21 aprile 2015 15:07

È una lotta senza esclusione di colpi. Con le sue giravolte e i suoi colpi di scena, la battaglia sulla legge elettorale evidenzia di giorno in giorno le anomalie della politica italiana. In nessun paese dell’Unione europea le leggi elettorali provocano contrasti politici, pur essendo in vigore da molti decenni. Dappertutto c’è consenso sul fatto che per cambiare le regole ci vuole un ampio accordo tra le forze politiche. Non è così in Italia, dove dopo il Mattarellum e il Porcellum si cambia per la terza volta in pochi anni per introdurre l’Italicum.

Lo sconcertante balletto sulla legge si trascina da anni. Dopo un estenuante tira e molla, nel marzo del 2012 Bersani, Alfano e Casini avevano finalmente annunciato un accordo, seppellito puntualmente da nuove risse e dall’inevitabile rituale dei veti incrociati. Alla fine, la rottura del patto del Nazareno ha fatto saltare l’accordo tra Renzi e Berlusconi sull’Italicum. Le opposizioni hanno cercato di bloccare la legge con più di sessantamila emendamenti. Per vincere questa battaglia anomala, Renzi ora ha deciso di sostituire ad diem, cioè solo per una votazione, dieci degli undici membri Pd della commissione affari costituzionali, tra cui Cuperlo, Bersani e Bindi. Per protesta Movimento 5 stelle, Sinistra e libertà, Scelta civica e Forza Italia hanno abbandonato la commissione: “Si voti da solo la riforma.”

In questo dialogo tra sordi i toni sono drammatici e non mancano gli appelli al capo dello stato. Anche se il governo ha i numeri alla camera, la battaglia rischia di provocare strascichi pesanti nel Partito democratico. Il M5s e Sel promettono ostruzionismo pesante e solidarizzano con la minoranza del Pd, che grida alla deriva autoritaria e che Renzi vuole sconfiggere definitivamente con una rischiosa prova di forza. Alla fine il premier sarà costretto a porre la fiducia, esasperando ulteriormente gli animi. Nella conta finale i voti di M5s e Sel si fonderanno con quelli di Lega nord e Forza Italia.

Tutto questo per una legge mediocre che permette di fatto l’elezione diretta del premier, regalando il 54 per cento dei parlamentari al partito che raggiunge il 40 per cento. La soglia di sbarramento al 3 per cento favorisce quella frantumazione politica che da decenni rende così complicato il quadro politico del paese.

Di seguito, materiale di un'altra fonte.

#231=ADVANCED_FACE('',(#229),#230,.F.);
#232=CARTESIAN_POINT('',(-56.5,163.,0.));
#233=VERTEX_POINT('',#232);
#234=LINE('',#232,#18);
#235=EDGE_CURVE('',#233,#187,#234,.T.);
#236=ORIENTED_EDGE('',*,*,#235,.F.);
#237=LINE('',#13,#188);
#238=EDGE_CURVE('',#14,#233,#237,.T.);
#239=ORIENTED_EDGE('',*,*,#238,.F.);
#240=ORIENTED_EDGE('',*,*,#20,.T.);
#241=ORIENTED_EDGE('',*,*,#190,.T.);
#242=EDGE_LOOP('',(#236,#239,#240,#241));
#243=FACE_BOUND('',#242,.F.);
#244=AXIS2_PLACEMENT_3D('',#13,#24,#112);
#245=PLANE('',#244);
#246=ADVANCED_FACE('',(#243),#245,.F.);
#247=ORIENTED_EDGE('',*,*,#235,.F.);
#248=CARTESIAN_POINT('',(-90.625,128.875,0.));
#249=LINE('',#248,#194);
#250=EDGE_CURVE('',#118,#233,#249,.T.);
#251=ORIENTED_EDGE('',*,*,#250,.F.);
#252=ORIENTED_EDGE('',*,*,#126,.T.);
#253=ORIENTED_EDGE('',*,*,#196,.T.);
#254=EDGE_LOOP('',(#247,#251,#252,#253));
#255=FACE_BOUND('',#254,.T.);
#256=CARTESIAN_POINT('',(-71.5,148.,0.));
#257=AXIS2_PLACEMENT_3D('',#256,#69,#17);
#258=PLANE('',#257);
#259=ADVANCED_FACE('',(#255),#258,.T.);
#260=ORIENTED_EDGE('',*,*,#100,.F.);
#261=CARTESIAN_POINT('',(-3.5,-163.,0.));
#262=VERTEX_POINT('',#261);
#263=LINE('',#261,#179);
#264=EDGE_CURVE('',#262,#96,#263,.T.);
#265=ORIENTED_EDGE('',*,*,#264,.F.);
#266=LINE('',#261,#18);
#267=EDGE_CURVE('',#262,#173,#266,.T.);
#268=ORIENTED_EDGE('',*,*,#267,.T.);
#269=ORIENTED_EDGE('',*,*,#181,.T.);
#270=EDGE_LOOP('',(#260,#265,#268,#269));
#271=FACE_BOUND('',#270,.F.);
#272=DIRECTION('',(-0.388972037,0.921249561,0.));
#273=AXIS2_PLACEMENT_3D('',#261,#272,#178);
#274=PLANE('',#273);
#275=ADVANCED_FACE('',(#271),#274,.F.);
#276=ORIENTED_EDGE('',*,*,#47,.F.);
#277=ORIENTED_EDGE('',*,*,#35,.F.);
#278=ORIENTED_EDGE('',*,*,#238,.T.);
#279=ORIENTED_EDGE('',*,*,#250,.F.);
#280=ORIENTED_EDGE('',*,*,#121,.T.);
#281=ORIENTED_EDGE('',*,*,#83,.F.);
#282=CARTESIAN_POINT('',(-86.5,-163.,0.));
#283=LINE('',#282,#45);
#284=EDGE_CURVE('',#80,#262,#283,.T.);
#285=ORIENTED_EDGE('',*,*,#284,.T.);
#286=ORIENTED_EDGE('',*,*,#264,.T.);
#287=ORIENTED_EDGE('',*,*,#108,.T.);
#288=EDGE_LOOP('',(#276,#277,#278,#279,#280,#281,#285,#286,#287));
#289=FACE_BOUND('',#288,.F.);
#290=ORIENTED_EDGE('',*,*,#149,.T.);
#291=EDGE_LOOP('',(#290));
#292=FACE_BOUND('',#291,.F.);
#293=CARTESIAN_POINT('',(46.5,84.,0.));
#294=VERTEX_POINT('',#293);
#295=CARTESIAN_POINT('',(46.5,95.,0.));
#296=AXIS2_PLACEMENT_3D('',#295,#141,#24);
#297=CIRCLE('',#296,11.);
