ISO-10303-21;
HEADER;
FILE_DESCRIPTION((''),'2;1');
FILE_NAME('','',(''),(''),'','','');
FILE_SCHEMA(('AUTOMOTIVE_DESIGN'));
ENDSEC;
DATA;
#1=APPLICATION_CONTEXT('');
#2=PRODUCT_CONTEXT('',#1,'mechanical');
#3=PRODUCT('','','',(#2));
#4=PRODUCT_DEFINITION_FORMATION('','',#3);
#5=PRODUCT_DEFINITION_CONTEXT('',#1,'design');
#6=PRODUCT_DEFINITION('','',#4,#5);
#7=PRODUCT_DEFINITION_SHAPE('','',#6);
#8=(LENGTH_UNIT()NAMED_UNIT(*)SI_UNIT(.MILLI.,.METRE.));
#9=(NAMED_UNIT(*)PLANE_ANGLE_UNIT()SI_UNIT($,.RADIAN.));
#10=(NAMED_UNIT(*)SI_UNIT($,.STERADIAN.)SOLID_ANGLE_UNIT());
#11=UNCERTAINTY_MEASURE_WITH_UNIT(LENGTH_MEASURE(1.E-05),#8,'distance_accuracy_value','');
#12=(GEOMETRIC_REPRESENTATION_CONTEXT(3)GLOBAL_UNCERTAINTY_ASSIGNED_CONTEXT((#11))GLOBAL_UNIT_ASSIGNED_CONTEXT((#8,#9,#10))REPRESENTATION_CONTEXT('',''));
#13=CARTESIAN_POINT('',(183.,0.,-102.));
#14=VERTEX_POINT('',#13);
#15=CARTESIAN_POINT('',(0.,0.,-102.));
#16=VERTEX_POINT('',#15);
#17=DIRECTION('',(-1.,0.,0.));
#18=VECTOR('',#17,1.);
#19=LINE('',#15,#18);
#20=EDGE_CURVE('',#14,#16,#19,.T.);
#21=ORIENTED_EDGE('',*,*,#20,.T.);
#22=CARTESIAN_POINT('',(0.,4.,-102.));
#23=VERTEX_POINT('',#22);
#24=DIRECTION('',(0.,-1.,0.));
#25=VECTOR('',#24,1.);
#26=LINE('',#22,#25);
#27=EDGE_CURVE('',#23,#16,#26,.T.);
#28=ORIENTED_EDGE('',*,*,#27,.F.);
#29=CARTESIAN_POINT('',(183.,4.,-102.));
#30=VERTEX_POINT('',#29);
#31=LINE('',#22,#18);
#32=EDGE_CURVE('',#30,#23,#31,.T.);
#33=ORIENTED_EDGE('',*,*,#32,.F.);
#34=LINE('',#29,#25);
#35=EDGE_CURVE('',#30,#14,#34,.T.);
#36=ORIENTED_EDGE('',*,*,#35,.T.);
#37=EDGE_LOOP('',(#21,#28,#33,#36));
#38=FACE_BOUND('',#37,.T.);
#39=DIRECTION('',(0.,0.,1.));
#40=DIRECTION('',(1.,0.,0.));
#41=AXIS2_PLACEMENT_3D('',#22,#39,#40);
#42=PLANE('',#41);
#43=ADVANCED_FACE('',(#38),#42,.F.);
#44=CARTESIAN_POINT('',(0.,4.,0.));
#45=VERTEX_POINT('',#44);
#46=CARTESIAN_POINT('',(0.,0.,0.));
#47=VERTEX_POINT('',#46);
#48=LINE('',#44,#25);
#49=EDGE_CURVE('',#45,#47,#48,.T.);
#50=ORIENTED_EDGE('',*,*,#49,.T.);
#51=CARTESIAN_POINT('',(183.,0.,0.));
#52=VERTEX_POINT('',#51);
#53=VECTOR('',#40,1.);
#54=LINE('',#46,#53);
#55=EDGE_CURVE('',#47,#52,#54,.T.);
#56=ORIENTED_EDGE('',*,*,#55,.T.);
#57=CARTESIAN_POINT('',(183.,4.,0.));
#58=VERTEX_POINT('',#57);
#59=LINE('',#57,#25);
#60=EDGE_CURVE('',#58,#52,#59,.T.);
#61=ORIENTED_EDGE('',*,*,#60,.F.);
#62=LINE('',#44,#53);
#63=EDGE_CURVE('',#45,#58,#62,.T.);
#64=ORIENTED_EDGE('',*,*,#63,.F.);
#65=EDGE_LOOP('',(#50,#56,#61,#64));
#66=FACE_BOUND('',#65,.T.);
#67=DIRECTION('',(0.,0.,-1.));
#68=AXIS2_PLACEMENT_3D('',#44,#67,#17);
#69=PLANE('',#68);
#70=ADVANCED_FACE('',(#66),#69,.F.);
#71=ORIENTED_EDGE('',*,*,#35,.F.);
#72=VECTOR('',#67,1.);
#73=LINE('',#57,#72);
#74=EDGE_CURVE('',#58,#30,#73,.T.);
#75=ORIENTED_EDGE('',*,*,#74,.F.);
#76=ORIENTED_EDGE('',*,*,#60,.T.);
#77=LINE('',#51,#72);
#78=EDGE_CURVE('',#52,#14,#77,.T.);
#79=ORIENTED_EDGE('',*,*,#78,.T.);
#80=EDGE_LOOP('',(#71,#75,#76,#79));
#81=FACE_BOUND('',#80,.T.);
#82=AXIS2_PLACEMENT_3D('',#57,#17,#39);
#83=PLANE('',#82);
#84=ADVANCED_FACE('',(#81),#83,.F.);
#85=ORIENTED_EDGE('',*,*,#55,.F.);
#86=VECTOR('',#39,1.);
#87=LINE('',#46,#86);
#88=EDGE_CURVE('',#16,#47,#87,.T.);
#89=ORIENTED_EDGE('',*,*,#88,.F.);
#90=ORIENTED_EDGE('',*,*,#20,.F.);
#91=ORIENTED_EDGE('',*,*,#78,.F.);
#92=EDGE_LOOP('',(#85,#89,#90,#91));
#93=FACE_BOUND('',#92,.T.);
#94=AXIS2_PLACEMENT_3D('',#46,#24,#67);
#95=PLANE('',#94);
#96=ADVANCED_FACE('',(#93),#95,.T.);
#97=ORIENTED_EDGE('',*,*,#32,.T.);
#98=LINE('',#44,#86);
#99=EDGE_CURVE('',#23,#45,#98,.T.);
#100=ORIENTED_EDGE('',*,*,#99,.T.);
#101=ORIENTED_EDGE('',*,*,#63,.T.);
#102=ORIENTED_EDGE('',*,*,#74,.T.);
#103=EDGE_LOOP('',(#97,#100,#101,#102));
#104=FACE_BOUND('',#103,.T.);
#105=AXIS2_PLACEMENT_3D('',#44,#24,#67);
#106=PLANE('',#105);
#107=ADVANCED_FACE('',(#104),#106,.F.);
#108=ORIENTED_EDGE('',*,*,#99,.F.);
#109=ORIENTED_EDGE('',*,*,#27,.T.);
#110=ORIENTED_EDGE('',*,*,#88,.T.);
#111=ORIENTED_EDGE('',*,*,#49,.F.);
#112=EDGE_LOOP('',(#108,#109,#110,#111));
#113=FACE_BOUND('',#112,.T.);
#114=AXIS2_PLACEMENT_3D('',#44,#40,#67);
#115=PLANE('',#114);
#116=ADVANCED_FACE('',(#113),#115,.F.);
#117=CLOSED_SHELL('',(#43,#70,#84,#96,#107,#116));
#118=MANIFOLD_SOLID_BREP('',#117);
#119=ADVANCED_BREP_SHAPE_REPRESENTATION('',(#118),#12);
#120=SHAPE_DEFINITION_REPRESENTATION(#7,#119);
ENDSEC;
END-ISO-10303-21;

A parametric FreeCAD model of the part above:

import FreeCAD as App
import Part
import Sketcher

doc = App.newDocument("Part")
params = doc.addObject("Spreadsheet::Sheet", "Params")
for row, (alias, value) in enumerate([
    ("sketch1_width", "183 mm"),
    ("sketch1_height", "102 mm"),
    ("pad1_length", "4 mm"),
], start=1):
    params.set(f"A{row}", alias)
    params.set(f"B{row}", "=" + value)
    params.setAlias(f"B{row}", alias)

body = doc.addObject("PartDesign::Body", "Body")

# Sketch on XZ plane
sketch1 = body.newObject("Sketcher::SketchObject", "Sketch")
sketch1.AttachmentSupport = (doc.getObject("XZ_Plane"), [""])
sketch1.MapMode = "FlatFace"
sketch1.addGeometry([
    Part.LineSegment(App.Vector(0, -102, 0), App.Vector(0, 0, 0)),
    Part.LineSegment(App.Vector(0, 0, 0), App.Vector(183, 0, 0)),
    Part.LineSegment(App.Vector(183, 0, 0), App.Vector(183, -102, 0)),
    Part.LineSegment(App.Vector(183, -102, 0), App.Vector(0, -102, 0)),
], False)
sketch1.addConstraint([
    Sketcher.Constraint("Coincident", 0, 2, 1, 1),
    Sketcher.Constraint("Coincident", 1, 2, 2, 1),
    Sketcher.Constraint("Coincident", 2, 2, 3, 1),
    Sketcher.Constraint("Coincident", 3, 2, 0, 1),
    Sketcher.Constraint("Vertical", 0),
    Sketcher.Constraint("Horizontal", 1),
    Sketcher.Constraint("Vertical", 2),
    Sketcher.Constraint("Horizontal", 3),
    Sketcher.Constraint("Coincident", 0, 2, -1, 1),
    Sketcher.Constraint("DistanceX", 1, 1, 1, 2, 183.0),
    Sketcher.Constraint("DistanceY", 0, 1, 0, 2, 102.0),
])
sketch1.setExpression("Constraints[9]", "Params.sketch1_width")
sketch1.setExpression("Constraints[10]", "Params.sketch1_height")
pad1 = body.newObject("PartDesign::Pad", "Pad")
pad1.Profile = sketch1
pad1.setExpression("Length", "Params.pad1_length")
pad1.Reversed = True

doc.recompute()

Dopo anni di polemiche la montagna sta partorendo un topolino. Renzi vincerà la lotta di potere interna al Pd. Ma la vera beffa per il premier potrebbe arrivare dopo, perché il presidente della repubblica potrebbe rifiutarsi di firmare l’Italicum poiché contraddice il sistema bicamerale previsto dalla costituzione. Certo, c’è una clausola che posticipa l’entrata in vigore della legge elettorale a luglio del 2016. Ma con i tempi del parlamento italiano non c’è nessuna garanzia che il senato sarà davvero abolito entro quella data.

A questo punto si impone una domanda: non sarebbe stato meglio varare una legge che godesse di un largo consenso e non fosse vista con ostilità da gran parte dello schieramento politico? Un vero Italicum al posto del Florentinum?